Task details: Nothing should differ between your answer and the records.
** Opening Exercise material block **
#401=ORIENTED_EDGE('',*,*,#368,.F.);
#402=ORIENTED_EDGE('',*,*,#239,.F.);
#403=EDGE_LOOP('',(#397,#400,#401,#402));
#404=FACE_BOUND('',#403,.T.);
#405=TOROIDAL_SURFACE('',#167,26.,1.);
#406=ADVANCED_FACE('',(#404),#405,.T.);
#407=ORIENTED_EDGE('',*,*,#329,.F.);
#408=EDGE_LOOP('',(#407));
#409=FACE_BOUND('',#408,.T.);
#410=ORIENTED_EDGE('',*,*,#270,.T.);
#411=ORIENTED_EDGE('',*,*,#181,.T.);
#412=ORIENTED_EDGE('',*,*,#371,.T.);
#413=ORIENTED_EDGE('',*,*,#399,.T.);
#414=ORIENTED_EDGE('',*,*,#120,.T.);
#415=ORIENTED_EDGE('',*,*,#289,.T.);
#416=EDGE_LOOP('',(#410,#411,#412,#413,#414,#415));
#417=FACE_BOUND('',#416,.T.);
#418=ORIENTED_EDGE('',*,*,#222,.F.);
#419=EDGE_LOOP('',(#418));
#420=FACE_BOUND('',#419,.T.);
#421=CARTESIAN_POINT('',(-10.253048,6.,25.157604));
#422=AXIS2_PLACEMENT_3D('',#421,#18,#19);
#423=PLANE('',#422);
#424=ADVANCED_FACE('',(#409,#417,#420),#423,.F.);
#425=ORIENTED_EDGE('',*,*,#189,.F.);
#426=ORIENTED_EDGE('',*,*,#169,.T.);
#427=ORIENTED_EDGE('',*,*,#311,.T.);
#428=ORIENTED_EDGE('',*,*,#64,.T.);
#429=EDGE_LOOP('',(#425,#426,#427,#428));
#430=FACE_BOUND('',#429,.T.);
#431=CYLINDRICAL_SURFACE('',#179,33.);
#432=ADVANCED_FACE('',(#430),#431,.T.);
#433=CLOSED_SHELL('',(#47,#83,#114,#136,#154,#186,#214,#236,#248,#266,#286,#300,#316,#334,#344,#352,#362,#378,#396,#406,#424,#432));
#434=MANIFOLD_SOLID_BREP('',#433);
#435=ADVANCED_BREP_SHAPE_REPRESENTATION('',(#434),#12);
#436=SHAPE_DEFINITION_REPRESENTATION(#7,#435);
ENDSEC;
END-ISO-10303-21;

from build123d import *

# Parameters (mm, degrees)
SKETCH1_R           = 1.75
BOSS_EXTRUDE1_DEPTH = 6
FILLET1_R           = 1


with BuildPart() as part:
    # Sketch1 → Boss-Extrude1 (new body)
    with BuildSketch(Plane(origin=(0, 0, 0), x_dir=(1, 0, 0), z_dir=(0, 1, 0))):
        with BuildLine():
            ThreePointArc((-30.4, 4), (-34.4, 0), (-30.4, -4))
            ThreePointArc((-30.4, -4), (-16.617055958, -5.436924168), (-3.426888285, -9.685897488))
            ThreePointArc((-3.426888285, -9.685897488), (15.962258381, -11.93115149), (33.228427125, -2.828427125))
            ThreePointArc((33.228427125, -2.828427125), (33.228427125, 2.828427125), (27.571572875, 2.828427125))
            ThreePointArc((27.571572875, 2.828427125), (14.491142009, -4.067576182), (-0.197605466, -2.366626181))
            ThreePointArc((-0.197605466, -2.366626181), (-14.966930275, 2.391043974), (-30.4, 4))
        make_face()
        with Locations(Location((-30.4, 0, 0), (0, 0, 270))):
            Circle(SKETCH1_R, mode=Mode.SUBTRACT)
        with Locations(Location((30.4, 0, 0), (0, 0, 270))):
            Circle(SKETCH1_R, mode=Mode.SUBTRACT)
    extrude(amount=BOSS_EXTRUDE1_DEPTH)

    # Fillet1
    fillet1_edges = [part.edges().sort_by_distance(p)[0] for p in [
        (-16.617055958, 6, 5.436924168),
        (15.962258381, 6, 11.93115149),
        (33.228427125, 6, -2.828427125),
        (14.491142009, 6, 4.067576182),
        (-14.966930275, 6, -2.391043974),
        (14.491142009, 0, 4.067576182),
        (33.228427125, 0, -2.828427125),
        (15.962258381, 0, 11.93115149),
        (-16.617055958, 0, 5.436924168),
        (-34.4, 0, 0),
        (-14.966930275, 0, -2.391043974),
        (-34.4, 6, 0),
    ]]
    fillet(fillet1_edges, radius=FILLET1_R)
** Closing Exercise material block **
Exercise solution:
#401=ORIENTED_EDGE('',*,*,#368,.F.);
#402=ORIENTED_EDGE('',*,*,#239,.F.);
#403=EDGE_LOOP('',(#397,#400,#401,#402));
#404=FACE_BOUND('',#403,.T.);
#405=TOROIDAL_SURFACE('',#167,26.,1.);
#406=ADVANCED_FACE('',(#404),#405,.T.);
#407=ORIENTED_EDGE('',*,*,#329,.F.);
#408=EDGE_LOOP('',(#407));
#409=FACE_BOUND('',#408,.T.);
#410=ORIENTED_EDGE('',*,*,#270,.T.);
#411=ORIENTED_EDGE('',*,*,#181,.T.);
#412=ORIENTED_EDGE('',*,*,#371,.T.);
#413=ORIENTED_EDGE('',*,*,#399,.T.);
#414=ORIENTED_EDGE('',*,*,#120,.T.);
#415=ORIENTED_EDGE('',*,*,#289,.T.);
#416=EDGE_LOOP('',(#410,#411,#412,#413,#414,#415));
#417=FACE_BOUND('',#416,.T.);
#418=ORIENTED_EDGE('',*,*,#222,.F.);
#419=EDGE_LOOP('',(#418));
#420=FACE_BOUND('',#419,.T.);
#421=CARTESIAN_POINT('',(-10.253048,6.,25.157604));
#422=AXIS2_PLACEMENT_3D('',#421,#18,#19);
#423=PLANE('',#422);
#424=ADVANCED_FACE('',(#409,#417,#420),#423,.F.);
#425=ORIENTED_EDGE('',*,*,#189,.F.);
#426=ORIENTED_EDGE('',*,*,#169,.T.);
#427=ORIENTED_EDGE('',*,*,#311,.T.);
#428=ORIENTED_EDGE('',*,*,#64,.T.);
#429=EDGE_LOOP('',(#425,#426,#427,#428));
#430=FACE_BOUND('',#429,.T.);
#431=CYLINDRICAL_SURFACE('',#179,33.);
#432=ADVANCED_FACE('',(#430),#431,.T.);
#433=CLOSED_SHELL('',(#47,#83,#114,#136,#154,#186,#214,#236,#248,#266,#286,#300,#316,#334,#344,#352,#362,#378,#396,#406,#424,#432));
#434=MANIFOLD_SOLID_BREP('',#433);
#435=ADVANCED_BREP_SHAPE_REPRESENTATION('',(#434),#12);
#436=SHAPE_DEFINITION_REPRESENTATION(#7,#435);
ENDSEC;
END-ISO-10303-21;

from build123d import *

# Parameters (mm, degrees)
SKETCH1_R           = 1.75
BOSS_EXTRUDE1_DEPTH = 6
FILLET1_R           = 1


with BuildPart() as part:
    # Sketch1 → Boss-Extrude1 (new body)
    with BuildSketch(Plane(origin=(0, 0, 0), x_dir=(1, 0, 0), z_dir=(0, 1, 0))):
        with BuildLine():
            ThreePointArc((-30.4, 4), (-34.4, 0), (-30.4, -4))
            ThreePointArc((-30.4, -4), (-16.617055958, -5.436924168), (-3.426888285, -9.685897488))
            ThreePointArc((-3.426888285, -9.685897488), (15.962258381, -11.93115149), (33.228427125, -2.828427125))
            ThreePointArc((33.228427125, -2.828427125), (33.228427125, 2.828427125), (27.571572875, 2.828427125))
            ThreePointArc((27.571572875, 2.828427125), (14.491142009, -4.067576182), (-0.197605466, -2.366626181))
            ThreePointArc((-0.197605466, -2.366626181), (-14.966930275, 2.391043974), (-30.4, 4))
        make_face()
        with Locations(Location((-30.4, 0, 0), (0, 0, 270))):
            Circle(SKETCH1_R, mode=Mode.SUBTRACT)
        with Locations(Location((30.4, 0, 0), (0, 0, 270))):
            Circle(SKETCH1_R, mode=Mode.SUBTRACT)
    extrude(amount=BOSS_EXTRUDE1_DEPTH)

    # Fillet1
    fillet1_edges = [part.edges().sort_by_distance(p)[0] for p in [
        (-16.617055958, 6, 5.436924168),
        (15.962258381, 6, 11.93115149),
        (33.228427125, 6, -2.828427125),
        (14.491142009, 6, 4.067576182),
        (-14.966930275, 6, -2.391043974),
        (14.491142009, 0, 4.067576182),
        (33.228427125, 0, -2.828427125),
        (15.962258381, 0, 11.93115149),
        (-16.617055958, 0, 5.436924168),
        (-34.4, 0, 0),
        (-14.966930275, 0, -2.391043974),
        (-34.4, 6, 0),
    ]]
    fillet(fillet1_edges, radius=FILLET1_R)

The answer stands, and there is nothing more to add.